### Record set
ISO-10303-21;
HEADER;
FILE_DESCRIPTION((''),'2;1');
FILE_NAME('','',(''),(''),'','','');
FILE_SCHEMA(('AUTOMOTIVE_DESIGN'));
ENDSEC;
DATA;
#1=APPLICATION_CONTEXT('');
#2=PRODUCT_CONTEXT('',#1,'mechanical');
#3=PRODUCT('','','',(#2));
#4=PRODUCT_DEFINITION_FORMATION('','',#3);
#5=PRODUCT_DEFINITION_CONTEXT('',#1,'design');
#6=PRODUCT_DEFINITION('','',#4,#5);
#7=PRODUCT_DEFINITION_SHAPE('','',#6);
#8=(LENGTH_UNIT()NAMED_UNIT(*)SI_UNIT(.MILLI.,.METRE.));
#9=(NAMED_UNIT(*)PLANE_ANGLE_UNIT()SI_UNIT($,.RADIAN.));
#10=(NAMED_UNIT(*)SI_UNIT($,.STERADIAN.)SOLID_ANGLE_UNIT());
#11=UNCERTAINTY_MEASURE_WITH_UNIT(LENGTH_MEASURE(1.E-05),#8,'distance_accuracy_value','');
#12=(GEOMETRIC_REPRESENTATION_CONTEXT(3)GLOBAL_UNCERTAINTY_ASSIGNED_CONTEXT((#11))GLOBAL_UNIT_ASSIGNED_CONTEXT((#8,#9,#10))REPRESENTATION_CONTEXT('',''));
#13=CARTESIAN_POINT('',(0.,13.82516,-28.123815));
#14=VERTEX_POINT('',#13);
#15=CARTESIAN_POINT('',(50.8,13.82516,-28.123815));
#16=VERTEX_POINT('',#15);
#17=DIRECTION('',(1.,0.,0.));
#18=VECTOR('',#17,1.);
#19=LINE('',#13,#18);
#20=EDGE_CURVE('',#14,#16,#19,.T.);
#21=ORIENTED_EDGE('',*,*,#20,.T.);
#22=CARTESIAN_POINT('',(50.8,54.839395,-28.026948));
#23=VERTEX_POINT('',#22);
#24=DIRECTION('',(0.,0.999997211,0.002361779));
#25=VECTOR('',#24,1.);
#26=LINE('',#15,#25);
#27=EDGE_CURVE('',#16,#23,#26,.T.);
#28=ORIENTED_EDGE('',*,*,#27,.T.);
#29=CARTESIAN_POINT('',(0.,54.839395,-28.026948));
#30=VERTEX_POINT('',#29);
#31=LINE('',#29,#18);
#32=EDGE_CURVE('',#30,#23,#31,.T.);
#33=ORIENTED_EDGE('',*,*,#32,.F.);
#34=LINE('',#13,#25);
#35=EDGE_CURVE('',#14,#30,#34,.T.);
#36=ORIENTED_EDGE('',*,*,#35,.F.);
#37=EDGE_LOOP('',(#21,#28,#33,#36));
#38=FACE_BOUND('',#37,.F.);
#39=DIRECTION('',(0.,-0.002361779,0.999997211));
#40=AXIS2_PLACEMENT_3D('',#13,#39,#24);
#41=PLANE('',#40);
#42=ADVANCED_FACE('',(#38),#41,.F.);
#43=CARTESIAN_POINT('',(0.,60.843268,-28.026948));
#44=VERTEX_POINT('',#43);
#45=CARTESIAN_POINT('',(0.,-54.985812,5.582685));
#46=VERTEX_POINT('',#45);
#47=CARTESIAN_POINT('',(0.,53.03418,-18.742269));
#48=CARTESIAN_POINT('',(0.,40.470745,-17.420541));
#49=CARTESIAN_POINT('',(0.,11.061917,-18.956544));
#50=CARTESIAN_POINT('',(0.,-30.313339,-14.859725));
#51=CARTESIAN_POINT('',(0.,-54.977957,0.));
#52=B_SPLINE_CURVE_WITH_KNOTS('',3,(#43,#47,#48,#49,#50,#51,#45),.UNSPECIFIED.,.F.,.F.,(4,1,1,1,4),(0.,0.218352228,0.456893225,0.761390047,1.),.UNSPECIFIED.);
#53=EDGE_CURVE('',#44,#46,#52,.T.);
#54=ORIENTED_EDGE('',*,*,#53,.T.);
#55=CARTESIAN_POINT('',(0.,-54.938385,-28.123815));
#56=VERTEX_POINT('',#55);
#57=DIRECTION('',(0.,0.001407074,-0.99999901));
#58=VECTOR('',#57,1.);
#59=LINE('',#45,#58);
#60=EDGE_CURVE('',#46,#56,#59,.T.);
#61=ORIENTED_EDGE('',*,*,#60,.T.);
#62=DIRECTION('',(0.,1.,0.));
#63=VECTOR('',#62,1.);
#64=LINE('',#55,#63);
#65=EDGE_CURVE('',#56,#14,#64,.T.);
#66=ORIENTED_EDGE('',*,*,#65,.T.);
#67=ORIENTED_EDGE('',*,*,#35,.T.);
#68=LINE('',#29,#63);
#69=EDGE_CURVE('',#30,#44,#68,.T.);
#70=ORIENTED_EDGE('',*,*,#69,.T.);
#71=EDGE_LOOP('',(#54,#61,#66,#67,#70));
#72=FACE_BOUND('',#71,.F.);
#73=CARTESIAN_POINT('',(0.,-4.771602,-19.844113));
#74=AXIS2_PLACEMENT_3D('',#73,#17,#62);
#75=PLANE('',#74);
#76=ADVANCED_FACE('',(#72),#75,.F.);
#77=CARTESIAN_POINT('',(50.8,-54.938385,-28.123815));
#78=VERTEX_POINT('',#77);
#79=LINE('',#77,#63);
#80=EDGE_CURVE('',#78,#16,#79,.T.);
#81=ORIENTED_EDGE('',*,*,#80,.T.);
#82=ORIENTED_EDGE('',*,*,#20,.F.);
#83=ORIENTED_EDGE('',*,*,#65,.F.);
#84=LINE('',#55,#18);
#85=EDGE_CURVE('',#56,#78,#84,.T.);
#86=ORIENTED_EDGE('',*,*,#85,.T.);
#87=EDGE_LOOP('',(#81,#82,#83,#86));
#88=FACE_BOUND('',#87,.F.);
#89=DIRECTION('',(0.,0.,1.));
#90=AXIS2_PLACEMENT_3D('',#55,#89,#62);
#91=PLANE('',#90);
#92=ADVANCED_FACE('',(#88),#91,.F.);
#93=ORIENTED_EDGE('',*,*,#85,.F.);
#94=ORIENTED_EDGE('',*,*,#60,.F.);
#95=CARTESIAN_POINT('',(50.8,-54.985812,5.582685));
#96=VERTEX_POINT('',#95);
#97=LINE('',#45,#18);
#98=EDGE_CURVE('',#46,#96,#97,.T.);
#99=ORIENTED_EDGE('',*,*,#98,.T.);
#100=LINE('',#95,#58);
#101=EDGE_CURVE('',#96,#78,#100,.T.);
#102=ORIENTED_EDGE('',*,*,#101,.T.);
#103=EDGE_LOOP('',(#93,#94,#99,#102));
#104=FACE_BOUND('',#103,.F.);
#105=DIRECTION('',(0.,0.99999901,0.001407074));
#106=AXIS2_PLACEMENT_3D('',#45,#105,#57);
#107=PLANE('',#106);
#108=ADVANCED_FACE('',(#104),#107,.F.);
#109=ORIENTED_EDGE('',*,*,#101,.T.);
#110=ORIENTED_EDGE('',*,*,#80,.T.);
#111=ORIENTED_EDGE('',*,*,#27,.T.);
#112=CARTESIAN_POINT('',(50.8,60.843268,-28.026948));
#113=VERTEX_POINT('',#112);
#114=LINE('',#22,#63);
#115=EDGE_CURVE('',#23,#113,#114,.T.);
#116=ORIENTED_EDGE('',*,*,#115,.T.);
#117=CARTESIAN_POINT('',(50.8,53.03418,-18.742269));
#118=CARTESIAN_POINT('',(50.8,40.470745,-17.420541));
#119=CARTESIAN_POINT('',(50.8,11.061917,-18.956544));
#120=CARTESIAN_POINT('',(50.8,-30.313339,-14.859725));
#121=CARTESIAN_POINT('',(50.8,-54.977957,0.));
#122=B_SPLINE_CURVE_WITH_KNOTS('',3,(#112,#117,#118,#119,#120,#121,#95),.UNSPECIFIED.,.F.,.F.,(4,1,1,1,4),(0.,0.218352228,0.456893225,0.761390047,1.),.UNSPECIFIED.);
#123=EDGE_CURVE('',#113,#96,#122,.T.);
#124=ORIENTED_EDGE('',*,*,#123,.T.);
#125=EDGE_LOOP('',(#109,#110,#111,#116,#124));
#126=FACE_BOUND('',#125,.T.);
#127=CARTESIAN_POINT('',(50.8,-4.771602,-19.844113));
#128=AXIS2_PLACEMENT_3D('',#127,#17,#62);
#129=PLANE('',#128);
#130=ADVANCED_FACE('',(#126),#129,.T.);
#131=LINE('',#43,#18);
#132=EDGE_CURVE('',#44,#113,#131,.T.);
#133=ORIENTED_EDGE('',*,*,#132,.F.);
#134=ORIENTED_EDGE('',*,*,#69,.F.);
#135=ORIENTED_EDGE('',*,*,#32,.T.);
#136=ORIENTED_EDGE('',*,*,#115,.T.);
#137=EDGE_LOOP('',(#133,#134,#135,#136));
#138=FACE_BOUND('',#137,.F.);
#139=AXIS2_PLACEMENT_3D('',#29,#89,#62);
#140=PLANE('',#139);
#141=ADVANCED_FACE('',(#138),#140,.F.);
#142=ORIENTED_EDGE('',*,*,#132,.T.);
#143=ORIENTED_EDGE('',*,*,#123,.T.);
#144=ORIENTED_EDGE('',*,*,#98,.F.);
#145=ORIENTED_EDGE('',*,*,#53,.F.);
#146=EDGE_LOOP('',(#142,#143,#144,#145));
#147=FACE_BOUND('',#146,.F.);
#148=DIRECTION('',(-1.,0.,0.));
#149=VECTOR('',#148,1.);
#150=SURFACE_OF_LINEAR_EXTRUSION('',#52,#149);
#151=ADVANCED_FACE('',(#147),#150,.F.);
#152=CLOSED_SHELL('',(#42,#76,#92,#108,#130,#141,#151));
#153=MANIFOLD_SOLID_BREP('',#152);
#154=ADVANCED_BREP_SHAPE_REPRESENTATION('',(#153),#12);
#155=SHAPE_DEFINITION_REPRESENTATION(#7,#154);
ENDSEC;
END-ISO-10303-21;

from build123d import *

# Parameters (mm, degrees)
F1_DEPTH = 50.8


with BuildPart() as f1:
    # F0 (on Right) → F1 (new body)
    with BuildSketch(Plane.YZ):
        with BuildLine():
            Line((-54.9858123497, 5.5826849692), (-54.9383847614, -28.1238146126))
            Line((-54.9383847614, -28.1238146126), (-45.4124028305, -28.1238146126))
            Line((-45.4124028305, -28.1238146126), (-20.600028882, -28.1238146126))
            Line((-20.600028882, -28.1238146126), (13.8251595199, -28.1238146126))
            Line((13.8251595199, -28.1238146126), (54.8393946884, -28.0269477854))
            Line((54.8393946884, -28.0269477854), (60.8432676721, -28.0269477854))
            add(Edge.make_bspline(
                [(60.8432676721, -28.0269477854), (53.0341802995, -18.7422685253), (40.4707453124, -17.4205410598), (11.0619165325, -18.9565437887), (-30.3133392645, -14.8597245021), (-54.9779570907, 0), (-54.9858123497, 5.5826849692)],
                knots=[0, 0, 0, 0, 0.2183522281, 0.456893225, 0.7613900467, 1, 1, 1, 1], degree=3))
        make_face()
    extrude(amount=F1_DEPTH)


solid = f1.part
==
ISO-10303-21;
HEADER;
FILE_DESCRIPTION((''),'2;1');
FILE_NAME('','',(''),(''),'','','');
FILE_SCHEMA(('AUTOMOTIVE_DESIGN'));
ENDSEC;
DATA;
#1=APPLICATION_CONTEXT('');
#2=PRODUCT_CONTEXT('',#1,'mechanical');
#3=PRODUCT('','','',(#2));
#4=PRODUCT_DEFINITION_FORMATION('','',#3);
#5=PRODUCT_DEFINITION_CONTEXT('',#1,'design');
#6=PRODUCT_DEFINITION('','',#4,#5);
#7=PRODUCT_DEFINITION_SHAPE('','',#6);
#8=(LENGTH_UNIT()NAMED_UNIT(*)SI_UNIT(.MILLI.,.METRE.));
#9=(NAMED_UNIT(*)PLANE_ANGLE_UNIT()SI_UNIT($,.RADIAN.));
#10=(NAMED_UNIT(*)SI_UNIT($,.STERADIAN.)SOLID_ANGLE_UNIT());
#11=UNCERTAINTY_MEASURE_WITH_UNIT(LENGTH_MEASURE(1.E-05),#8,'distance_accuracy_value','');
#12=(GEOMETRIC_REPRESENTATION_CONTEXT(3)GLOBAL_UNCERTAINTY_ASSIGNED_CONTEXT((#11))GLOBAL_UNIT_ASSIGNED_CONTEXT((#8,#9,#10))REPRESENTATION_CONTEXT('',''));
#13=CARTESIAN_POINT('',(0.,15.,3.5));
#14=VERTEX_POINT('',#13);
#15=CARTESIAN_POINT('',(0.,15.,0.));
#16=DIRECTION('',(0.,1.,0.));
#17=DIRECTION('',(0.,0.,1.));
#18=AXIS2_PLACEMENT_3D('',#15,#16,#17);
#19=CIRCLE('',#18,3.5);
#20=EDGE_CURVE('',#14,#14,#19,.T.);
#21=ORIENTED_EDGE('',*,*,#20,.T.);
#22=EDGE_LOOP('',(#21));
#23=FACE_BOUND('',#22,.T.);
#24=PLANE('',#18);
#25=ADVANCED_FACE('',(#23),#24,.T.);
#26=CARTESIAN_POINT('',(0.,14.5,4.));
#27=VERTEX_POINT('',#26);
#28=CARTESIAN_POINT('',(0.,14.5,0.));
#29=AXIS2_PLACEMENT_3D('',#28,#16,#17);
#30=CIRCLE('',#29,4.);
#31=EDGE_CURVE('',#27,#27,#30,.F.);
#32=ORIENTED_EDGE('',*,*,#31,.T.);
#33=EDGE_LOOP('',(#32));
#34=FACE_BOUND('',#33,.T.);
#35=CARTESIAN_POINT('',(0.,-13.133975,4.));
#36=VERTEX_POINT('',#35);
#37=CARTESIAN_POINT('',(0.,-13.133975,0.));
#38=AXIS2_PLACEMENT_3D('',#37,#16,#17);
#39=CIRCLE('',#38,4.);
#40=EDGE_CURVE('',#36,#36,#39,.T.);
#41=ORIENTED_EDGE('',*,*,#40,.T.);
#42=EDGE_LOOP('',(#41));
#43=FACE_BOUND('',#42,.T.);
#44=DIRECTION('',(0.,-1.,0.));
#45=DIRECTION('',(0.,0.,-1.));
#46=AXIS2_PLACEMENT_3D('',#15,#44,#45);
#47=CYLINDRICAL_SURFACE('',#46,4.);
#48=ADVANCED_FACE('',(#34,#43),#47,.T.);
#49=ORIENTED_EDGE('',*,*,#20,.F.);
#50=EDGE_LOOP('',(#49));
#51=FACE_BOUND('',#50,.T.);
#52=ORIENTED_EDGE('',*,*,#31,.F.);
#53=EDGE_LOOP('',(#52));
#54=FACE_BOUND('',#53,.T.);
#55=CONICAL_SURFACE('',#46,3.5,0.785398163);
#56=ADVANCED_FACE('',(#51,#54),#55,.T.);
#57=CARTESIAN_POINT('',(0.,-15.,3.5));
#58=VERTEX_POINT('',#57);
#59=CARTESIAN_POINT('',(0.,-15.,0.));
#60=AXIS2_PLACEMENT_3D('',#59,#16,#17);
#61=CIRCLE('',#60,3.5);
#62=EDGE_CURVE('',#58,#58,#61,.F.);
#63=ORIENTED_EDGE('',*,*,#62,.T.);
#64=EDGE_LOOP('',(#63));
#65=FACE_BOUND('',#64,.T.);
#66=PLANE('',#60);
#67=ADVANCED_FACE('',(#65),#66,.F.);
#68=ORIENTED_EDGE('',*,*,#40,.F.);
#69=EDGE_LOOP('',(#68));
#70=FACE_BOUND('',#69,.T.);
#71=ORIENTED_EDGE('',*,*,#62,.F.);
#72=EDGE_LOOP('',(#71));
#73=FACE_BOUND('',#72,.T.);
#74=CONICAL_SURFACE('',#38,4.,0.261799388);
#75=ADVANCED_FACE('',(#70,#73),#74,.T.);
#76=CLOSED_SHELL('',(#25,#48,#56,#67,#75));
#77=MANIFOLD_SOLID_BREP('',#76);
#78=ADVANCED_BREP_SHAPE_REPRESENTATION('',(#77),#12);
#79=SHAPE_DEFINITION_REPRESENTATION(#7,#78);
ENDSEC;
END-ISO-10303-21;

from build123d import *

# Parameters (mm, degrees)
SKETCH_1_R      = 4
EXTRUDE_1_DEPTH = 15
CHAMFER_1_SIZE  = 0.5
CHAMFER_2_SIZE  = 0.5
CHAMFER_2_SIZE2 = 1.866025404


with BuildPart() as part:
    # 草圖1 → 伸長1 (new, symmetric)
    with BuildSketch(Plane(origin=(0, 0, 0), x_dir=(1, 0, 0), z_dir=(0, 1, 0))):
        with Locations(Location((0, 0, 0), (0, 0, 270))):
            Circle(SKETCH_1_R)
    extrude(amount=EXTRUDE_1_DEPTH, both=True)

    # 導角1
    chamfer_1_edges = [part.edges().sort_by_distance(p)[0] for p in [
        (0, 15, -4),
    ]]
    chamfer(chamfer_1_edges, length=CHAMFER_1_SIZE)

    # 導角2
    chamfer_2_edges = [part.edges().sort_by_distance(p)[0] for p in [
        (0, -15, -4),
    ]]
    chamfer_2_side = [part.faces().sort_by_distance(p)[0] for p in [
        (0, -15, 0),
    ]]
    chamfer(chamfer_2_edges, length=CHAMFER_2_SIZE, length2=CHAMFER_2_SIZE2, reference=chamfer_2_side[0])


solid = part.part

### Task goal
From the line that has "#86=ORIENTED_EDGE('',*,*,#85,.T.);" through the line that has "#110=ORIENTED_EDGE('',*,*,#80,.T.);", copy every line exactly as it appears above, and leave out all others.

### Result
#86=ORIENTED_EDGE('',*,*,#85,.T.);
#87=EDGE_LOOP('',(#81,#82,#83,#86));
#88=FACE_BOUND('',#87,.F.);
#89=DIRECTION('',(0.,0.,1.));
#90=AXIS2_PLACEMENT_3D('',#55,#89,#62);
#91=PLANE('',#90);
#92=ADVANCED_FACE('',(#88),#91,.F.);
#93=ORIENTED_EDGE('',*,*,#85,.F.);
#94=ORIENTED_EDGE('',*,*,#60,.F.);
#95=CARTESIAN_POINT('',(50.8,-54.985812,5.582685));
#96=VERTEX_POINT('',#95);
#97=LINE('',#45,#18);
#98=EDGE_CURVE('',#46,#96,#97,.T.);
#99=ORIENTED_EDGE('',*,*,#98,.T.);
#100=LINE('',#95,#58);
#101=EDGE_CURVE('',#96,#78,#100,.T.);
#102=ORIENTED_EDGE('',*,*,#101,.T.);
#103=EDGE_LOOP('',(#93,#94,#99,#102));
#104=FACE_BOUND('',#103,.F.);
#105=DIRECTION('',(0.,0.99999901,0.001407074));
#106=AXIS2_PLACEMENT_3D('',#45,#105,#57);
#107=PLANE('',#106);
#108=ADVANCED_FACE('',(#104),#107,.F.);
#109=ORIENTED_EDGE('',*,*,#101,.T.);
#110=ORIENTED_EDGE('',*,*,#80,.T.);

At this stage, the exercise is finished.